To test the method, the team used it to analyse blood samples from patients known to be infected with particular viruses, including HIV and hepatitis C.
''It turns out that it works really well,'' Elledge says. ''We were in the sensitivity range of 95 to 100 per cent for those, and the specificity was good - we didn't falsely identify people who were negative. That gave us confidence that we could detect other viruses, and when we did see them we would know they were real.''
Elledge and his colleagues used VirScan to analyse the antibodies in 569 people from four countries, examining about 100 million potential antibody/epitope interactions. They found that on average, each person had antibodies to ten different species of viruses.
As expected, antibodies against certain viruses were common among adults but not in children, suggesting that children had not yet been exposed to those viruses. Individuals residing South Africa, Peru, and Thailand, tended to have antibodies against more viruses than people in the United States. The researchers also found that people infected with HIV had antibodies against many more viruses than did people without HIV.
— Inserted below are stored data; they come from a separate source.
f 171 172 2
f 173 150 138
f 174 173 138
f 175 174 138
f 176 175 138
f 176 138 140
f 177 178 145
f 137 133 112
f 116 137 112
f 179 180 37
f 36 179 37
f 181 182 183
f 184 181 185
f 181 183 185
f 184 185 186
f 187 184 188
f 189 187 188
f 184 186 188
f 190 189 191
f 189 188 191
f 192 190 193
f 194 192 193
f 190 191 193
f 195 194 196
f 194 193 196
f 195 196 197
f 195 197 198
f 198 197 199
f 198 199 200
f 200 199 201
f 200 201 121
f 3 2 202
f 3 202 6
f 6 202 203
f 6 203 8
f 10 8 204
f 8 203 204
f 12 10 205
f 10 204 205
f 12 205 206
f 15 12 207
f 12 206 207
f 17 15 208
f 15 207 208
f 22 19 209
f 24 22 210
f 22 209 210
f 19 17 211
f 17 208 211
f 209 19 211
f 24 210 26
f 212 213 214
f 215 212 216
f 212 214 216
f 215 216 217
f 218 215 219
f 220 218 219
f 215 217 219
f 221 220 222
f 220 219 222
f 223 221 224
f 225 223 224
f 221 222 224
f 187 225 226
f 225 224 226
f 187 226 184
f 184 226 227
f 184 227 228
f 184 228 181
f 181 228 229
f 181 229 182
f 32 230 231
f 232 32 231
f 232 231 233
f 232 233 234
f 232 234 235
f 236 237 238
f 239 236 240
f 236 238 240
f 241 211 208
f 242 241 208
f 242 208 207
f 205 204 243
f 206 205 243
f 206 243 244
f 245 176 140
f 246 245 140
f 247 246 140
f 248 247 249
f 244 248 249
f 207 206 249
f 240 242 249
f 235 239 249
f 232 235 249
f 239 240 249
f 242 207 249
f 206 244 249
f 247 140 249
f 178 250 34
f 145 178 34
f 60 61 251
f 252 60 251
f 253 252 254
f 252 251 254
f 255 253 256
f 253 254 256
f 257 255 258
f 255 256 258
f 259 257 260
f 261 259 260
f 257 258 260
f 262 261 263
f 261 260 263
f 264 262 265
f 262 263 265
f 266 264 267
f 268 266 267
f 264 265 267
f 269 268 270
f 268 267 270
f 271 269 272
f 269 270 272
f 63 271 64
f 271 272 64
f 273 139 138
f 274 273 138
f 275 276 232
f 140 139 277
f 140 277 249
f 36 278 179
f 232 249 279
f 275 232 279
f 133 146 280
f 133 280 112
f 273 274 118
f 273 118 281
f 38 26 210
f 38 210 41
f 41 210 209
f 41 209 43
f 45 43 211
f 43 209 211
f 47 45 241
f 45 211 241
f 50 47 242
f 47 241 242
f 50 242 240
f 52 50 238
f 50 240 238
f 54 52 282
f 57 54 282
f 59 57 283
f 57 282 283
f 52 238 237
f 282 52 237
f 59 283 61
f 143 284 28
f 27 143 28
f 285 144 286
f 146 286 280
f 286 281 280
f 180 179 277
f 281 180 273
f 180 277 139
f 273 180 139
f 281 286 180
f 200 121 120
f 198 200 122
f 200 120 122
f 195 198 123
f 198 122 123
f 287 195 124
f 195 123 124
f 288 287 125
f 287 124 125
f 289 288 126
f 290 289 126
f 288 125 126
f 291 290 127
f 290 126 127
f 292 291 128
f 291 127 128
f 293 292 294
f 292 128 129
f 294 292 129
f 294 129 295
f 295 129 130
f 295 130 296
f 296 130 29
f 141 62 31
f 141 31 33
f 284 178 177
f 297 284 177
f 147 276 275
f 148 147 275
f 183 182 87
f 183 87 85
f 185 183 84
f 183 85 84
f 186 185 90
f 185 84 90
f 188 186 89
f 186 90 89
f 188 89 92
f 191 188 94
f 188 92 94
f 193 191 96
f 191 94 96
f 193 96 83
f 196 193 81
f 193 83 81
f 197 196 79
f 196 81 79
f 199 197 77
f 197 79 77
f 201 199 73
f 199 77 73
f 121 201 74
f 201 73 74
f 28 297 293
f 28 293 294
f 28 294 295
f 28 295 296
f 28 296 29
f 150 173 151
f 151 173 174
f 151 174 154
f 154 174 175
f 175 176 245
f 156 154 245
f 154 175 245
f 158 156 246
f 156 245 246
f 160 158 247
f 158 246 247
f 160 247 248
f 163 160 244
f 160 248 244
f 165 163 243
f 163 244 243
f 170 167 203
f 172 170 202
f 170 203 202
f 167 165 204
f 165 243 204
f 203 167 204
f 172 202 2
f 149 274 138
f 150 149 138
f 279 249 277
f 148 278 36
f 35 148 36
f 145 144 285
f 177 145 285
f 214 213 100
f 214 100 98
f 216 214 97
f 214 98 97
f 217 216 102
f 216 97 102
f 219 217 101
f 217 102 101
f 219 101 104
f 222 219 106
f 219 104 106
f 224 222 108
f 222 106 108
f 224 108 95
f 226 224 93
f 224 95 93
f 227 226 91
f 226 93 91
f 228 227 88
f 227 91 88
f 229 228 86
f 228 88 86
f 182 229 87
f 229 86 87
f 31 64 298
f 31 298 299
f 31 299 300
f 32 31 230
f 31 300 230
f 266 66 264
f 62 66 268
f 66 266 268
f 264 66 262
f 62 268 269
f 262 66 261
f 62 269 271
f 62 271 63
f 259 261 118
Elledge says the team was surprised to find that antibody responses against specific viruses were surprisingly similar between individuals, with different people's antibodies recognizing identical amino acids in the viral peptides.
''In this paper alone we identified more antibody/peptide interactions to viral proteins than had been identified in the previous history of all viral exploration,'' he says. The surprising reproducibility of those interactions allowed the team to refine their analysis and improve the sensitivity of VirScan, and Elledge says the method will continue to improve as his team analyzes more samples. Their findings on viral epitopes may also have important implications for vaccine design.
Elledge says the approach his team has developed is not limited to antiviral antibodies. His own lab is also using it to look for antibodies that attack a body's own tissue in certain autoimmune diseases that are associated with cancer. A similar approach could also be used to screen for antibodies against other types of pathogens.